Would appreciate comments from the Forum on Math & Cost associated with the drilling of Haynesville wells at current prices.
With well cost averaging $10M and current spot market gas prices fixed at $2.09 (reaching lower every day & with no end in sight), why would companies be drilling alternate unit wells in this enviornment? Encana's $5 hedging disappears at the end of this year; CHK has no gas hedged & I'm guessing EXCO, Shell, BHP, etc.'s position can't be much better. For the benefit of discussion, let's say $4 hedge price is engaged - the average Haynesville well of 3 - 4 BCF, after royalty is paid, makes little or no profit for the operators.
John, average well cost is lower than $10 million with some operators having dropped capital costs down to the $7-8 million range. The average Haynesville Shale well has an EUR above 5 Bcf with the typical alternate wells curretly being drilled having EUR's above 7 Bcf.
I am not sure what you mean by spot market gas prices but daily NYMEX quotes and daily cash natural gas prices have little bearing on current well economics. Hedged gas prices for 2012 still support some drilling in the Haynesville Shale but this activity will continue to decline if NYMEX futures prices do not improve.
I've been watching very closely since 2008 and have yet to see many wells above the 3 BCF mark with race exceptional wells producing 4 BCF (with little left in the tank). Would you kindly point out the wells that have produced 5 BCF or 7 BCF?
John, you have a very good understanding of what is going on. Using decline analysis, someone can come up with just about any EUR they want by adjusting the "b" in the Arps equation and terminal decline rate. But if you consider only economically significant production, there should be many, many wells, by this time, with cumulatives above 7 BCF if an average of 4 BCF is to be achieved. To answer your original question, operators likely believe the economically significant recovery will be higher than 4 BCF per well on the alternate wells. Whether they are right is a grand debate. I'm sure they tend to infill the better units.
John, take a look at Serial # 238488, the Sample 32. It produced 4.3 bcf in 12 months and has produced 7.68 Bcf in 30 months. Is still making over 100 million/month.
That's what everyone is aspiring to for sure and hopefully we'll have a really hot summer and very cold winter. That would be a great start to alleviating some of the hurt put on gas prices!
LOL for the Day.
One of the problems that I have to keep in mind is that data available to me is not very good. The state, and therefore IHS show this well with a cumulative of 4.2 BCF and currently producing 46 mmcf/month. Early production, not reported under the unit LUW, is hard to run down if working with 1600 wells. SONRIS shows 238488 associated with 615551, which is reported to have made 46483 MCF in March. If, in fact, it made over 100,000 MCF then my opinion on EUR is suspect.
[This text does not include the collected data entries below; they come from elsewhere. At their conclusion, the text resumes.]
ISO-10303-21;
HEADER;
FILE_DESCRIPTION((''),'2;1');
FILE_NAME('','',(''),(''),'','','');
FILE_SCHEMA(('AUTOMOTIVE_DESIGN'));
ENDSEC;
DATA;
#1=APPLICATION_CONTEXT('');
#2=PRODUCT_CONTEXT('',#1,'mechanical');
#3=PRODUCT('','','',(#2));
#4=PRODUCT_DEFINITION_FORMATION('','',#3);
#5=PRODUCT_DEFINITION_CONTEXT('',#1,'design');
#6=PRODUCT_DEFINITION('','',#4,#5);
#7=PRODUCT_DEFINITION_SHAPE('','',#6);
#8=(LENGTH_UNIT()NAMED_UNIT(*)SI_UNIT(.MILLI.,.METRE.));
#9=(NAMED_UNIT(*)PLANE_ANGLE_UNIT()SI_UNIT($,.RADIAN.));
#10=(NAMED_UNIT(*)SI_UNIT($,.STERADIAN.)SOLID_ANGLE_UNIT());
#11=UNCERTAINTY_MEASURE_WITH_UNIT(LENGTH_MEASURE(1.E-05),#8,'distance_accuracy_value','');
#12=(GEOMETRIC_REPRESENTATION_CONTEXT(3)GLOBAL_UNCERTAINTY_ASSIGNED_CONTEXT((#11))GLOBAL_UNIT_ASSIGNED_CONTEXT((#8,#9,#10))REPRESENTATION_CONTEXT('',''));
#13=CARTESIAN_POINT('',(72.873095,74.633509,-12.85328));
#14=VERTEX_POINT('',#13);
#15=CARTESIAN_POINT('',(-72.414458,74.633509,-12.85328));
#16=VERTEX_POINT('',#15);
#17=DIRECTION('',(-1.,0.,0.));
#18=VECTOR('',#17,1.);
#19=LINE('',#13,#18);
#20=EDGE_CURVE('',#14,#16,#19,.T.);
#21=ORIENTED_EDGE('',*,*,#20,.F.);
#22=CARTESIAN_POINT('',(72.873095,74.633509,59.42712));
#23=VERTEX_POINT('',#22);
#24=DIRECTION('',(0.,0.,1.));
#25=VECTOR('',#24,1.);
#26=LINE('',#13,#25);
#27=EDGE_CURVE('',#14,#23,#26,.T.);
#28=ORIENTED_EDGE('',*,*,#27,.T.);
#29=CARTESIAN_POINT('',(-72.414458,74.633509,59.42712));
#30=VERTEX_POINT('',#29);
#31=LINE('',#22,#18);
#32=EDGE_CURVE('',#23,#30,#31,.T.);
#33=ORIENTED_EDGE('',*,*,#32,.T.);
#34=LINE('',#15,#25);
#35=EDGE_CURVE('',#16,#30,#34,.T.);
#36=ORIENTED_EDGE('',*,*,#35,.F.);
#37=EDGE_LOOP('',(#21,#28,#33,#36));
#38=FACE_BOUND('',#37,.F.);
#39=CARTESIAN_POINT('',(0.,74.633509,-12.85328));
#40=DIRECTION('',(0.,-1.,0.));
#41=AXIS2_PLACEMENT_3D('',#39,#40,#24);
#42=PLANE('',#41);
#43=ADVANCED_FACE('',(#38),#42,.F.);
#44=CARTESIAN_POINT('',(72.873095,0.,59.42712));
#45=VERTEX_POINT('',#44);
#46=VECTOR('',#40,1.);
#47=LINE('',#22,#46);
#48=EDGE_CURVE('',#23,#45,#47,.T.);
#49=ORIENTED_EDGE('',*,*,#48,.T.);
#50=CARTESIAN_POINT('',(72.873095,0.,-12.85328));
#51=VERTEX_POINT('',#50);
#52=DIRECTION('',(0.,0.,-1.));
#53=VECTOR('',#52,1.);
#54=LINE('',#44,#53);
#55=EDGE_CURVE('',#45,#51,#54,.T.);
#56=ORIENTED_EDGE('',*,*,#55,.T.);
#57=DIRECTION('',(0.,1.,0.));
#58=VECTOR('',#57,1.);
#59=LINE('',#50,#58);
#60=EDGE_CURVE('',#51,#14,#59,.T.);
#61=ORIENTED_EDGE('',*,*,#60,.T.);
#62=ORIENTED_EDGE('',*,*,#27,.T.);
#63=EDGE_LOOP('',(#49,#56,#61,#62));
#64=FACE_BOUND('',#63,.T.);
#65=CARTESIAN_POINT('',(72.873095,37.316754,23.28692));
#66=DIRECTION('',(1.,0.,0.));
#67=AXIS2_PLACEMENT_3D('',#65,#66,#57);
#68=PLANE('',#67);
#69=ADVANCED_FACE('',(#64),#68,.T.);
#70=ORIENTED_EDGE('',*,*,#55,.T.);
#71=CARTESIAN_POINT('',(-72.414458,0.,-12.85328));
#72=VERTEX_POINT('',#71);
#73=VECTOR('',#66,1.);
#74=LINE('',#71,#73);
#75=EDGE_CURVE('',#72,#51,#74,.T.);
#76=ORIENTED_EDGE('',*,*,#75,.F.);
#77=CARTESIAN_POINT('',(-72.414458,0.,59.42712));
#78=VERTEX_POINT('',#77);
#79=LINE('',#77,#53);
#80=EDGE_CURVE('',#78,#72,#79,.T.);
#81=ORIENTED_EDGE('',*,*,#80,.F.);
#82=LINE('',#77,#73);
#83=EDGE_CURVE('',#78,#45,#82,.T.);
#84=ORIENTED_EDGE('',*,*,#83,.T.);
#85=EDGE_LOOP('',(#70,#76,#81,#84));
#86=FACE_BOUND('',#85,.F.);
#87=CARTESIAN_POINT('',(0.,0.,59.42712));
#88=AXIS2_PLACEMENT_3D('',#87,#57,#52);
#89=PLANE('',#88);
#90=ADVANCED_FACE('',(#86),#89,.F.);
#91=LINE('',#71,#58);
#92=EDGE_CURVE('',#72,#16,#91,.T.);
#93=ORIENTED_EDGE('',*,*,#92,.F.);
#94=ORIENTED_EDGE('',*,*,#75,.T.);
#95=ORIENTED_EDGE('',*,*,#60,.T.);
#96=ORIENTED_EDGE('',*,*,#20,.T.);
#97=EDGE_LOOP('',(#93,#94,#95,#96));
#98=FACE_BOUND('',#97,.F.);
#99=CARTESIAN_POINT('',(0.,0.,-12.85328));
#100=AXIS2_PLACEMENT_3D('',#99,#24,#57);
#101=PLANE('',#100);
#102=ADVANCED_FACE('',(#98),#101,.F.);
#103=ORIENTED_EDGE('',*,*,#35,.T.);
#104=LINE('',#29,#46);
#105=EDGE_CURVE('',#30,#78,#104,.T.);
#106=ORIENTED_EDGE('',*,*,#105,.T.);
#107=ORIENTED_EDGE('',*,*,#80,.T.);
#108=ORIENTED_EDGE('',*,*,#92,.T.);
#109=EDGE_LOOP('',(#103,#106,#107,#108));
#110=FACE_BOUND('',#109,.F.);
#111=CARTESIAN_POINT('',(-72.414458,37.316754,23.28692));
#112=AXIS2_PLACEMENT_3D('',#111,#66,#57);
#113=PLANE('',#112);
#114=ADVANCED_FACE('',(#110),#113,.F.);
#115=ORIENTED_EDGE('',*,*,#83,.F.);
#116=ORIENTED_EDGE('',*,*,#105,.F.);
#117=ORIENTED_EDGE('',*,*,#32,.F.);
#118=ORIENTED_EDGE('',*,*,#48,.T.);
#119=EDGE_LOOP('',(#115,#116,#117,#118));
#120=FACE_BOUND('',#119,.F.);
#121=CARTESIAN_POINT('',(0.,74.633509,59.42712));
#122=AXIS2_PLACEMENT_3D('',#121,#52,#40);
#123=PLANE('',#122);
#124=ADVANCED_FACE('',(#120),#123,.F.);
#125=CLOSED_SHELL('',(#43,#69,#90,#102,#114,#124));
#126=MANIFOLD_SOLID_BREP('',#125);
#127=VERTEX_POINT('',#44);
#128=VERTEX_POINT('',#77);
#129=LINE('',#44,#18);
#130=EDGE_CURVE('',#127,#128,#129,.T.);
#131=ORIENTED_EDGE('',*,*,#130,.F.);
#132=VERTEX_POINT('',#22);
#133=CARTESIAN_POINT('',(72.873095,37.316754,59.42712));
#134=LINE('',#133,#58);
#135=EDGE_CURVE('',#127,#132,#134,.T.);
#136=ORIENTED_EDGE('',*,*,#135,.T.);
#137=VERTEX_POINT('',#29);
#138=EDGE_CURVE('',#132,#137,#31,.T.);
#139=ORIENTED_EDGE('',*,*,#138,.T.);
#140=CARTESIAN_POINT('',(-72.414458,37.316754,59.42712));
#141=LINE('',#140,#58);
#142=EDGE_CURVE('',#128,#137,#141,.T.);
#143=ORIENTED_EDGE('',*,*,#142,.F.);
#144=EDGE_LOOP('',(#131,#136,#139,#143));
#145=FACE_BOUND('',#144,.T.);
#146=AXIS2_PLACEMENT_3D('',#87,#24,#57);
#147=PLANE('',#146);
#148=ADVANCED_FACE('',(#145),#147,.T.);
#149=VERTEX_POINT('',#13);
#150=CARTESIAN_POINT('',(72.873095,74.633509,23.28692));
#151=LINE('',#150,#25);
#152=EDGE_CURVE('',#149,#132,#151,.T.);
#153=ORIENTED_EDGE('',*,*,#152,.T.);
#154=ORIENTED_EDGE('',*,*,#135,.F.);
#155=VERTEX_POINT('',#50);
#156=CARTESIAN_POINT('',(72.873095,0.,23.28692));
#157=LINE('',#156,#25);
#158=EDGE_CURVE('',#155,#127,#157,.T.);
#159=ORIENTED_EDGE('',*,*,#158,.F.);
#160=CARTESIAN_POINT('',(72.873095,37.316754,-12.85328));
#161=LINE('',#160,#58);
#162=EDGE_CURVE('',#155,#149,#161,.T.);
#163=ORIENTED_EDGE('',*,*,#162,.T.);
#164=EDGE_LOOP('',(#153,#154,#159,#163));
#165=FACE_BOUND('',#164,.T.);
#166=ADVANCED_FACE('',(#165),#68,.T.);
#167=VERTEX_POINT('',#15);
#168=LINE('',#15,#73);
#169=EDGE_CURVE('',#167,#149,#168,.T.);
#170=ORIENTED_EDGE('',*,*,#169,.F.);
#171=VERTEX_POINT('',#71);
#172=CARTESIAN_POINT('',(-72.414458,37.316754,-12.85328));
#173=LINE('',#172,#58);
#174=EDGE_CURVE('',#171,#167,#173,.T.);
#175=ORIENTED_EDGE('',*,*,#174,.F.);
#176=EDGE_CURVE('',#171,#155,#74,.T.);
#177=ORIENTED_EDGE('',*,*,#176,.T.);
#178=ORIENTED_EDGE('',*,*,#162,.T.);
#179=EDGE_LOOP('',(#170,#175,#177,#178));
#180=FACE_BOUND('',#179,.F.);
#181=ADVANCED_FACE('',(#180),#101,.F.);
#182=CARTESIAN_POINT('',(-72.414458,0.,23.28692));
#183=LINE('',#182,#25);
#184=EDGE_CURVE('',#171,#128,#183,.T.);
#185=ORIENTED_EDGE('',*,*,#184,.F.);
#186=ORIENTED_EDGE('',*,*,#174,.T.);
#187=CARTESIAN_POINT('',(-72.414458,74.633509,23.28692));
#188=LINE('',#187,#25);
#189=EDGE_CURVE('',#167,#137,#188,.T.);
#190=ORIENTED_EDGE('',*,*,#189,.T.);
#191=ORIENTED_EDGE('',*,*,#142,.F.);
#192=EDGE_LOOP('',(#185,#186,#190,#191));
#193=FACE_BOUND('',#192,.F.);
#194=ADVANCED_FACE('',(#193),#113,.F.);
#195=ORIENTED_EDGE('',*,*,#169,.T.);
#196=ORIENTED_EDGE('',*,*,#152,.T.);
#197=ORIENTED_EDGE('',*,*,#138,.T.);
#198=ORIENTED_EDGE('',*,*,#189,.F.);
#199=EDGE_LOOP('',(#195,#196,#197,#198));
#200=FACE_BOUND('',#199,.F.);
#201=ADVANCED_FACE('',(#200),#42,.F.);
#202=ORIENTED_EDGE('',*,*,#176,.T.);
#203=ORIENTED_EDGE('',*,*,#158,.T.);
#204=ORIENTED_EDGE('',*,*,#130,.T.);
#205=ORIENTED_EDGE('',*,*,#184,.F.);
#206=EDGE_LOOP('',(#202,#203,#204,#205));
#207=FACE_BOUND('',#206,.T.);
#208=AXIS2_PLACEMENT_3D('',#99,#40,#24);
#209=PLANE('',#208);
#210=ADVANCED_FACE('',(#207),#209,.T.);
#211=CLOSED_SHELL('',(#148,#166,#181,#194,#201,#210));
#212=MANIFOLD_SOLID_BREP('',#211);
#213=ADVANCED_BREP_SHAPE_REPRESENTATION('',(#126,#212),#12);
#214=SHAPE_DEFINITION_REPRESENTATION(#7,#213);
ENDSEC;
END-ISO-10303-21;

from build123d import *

# Parameters (mm, degrees)
F1_W          = 74.6335089207
F1_H          = 72.2803995013
F3_DEPTH      = 72.414457798
F3_DEPTH_BACK = 72.8730950505


with BuildPart() as f3:
    # F1 (on Right) → F3 (new body, two sides)
    with BuildSketch(Plane.YZ) as f3_sk:
        with Locations((37.3167544603, 23.2869200408)):
            Rectangle(F1_W, F1_H)
    extrude(amount=-F3_DEPTH)
    extrude(f3_sk.sketch, amount=F3_DEPTH_BACK)


with BuildPart() as f3b:
    # F2 (on face) → F3, piece 2 (new body, two sides)
    with BuildSketch(Plane.YZ) as f3_2_sk:
        Polygon((74.6335089207, 59.4271197915), (0, 59.4271197915), (0, -11.7918103933), (0, -12.8532797098), (74.6335089207, -12.8532797098), align=None)
    extrude(amount=-F3_DEPTH)
    extrude(f3_2_sk.sketch, amount=F3_DEPTH_BACK)


solid = Compound([f3.part, f3b.part])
I have located over 600 wells that appear to have an economically significant EUR of less than 3 BCF, but that is based on IHS data.
As others point out - the ultimate recovery will be determined by the actual long term decline rates. While the initial blitz of production and very rapid initial production decline garners all of the attention, I have always found the latter part of the predicted decline curves to be pretty interesting. I suspect that there is a natural tendency to think of the decline curve as staying as steep as it is in the beginning. Although 1/3 and 1/2 of EUR are predicted in 1 and 3-4 yrs respectively, the rest of the EUR is predicted over 20 - 40 years or more. While how wisely the initial windfall is used probably varies widely, I tend to think positively about the latter part of the HS predicted flattening decline curve as something like an annuity - if the predictions hold with some accuracy... (and who knows what NG prices will be)
LesB-- please explain what a typical alternate well is vs a haynesville shale well, Thanks for reply answer
Adubu, alternate (Haynesville Shale) wells are the ones drilled in a Haynesville Unit in Louisiana after the initial well is drilled in the unit. Most of the current Haynesville Shale wells currently being drilled in Louisiana are alternate unit wells.
LesB-- Why IYO (In your Opinion)with NG at $2.5 or< would operator drill addition alternate wells in Unit after one well HBP the leases? Are there leases with drilling clauses with that short of time between wells that force operator to drill out the unit?
Adubu, many companies have their 2012 (and some 2013) natural gas production hedged at $4.00+ per MMBtu resulting in profitable drilling in the Haynesville Shale. Companies still need to generate earnings growth so it is just a matter of where the Haynesville Shale wells rank in their overall development opportunities.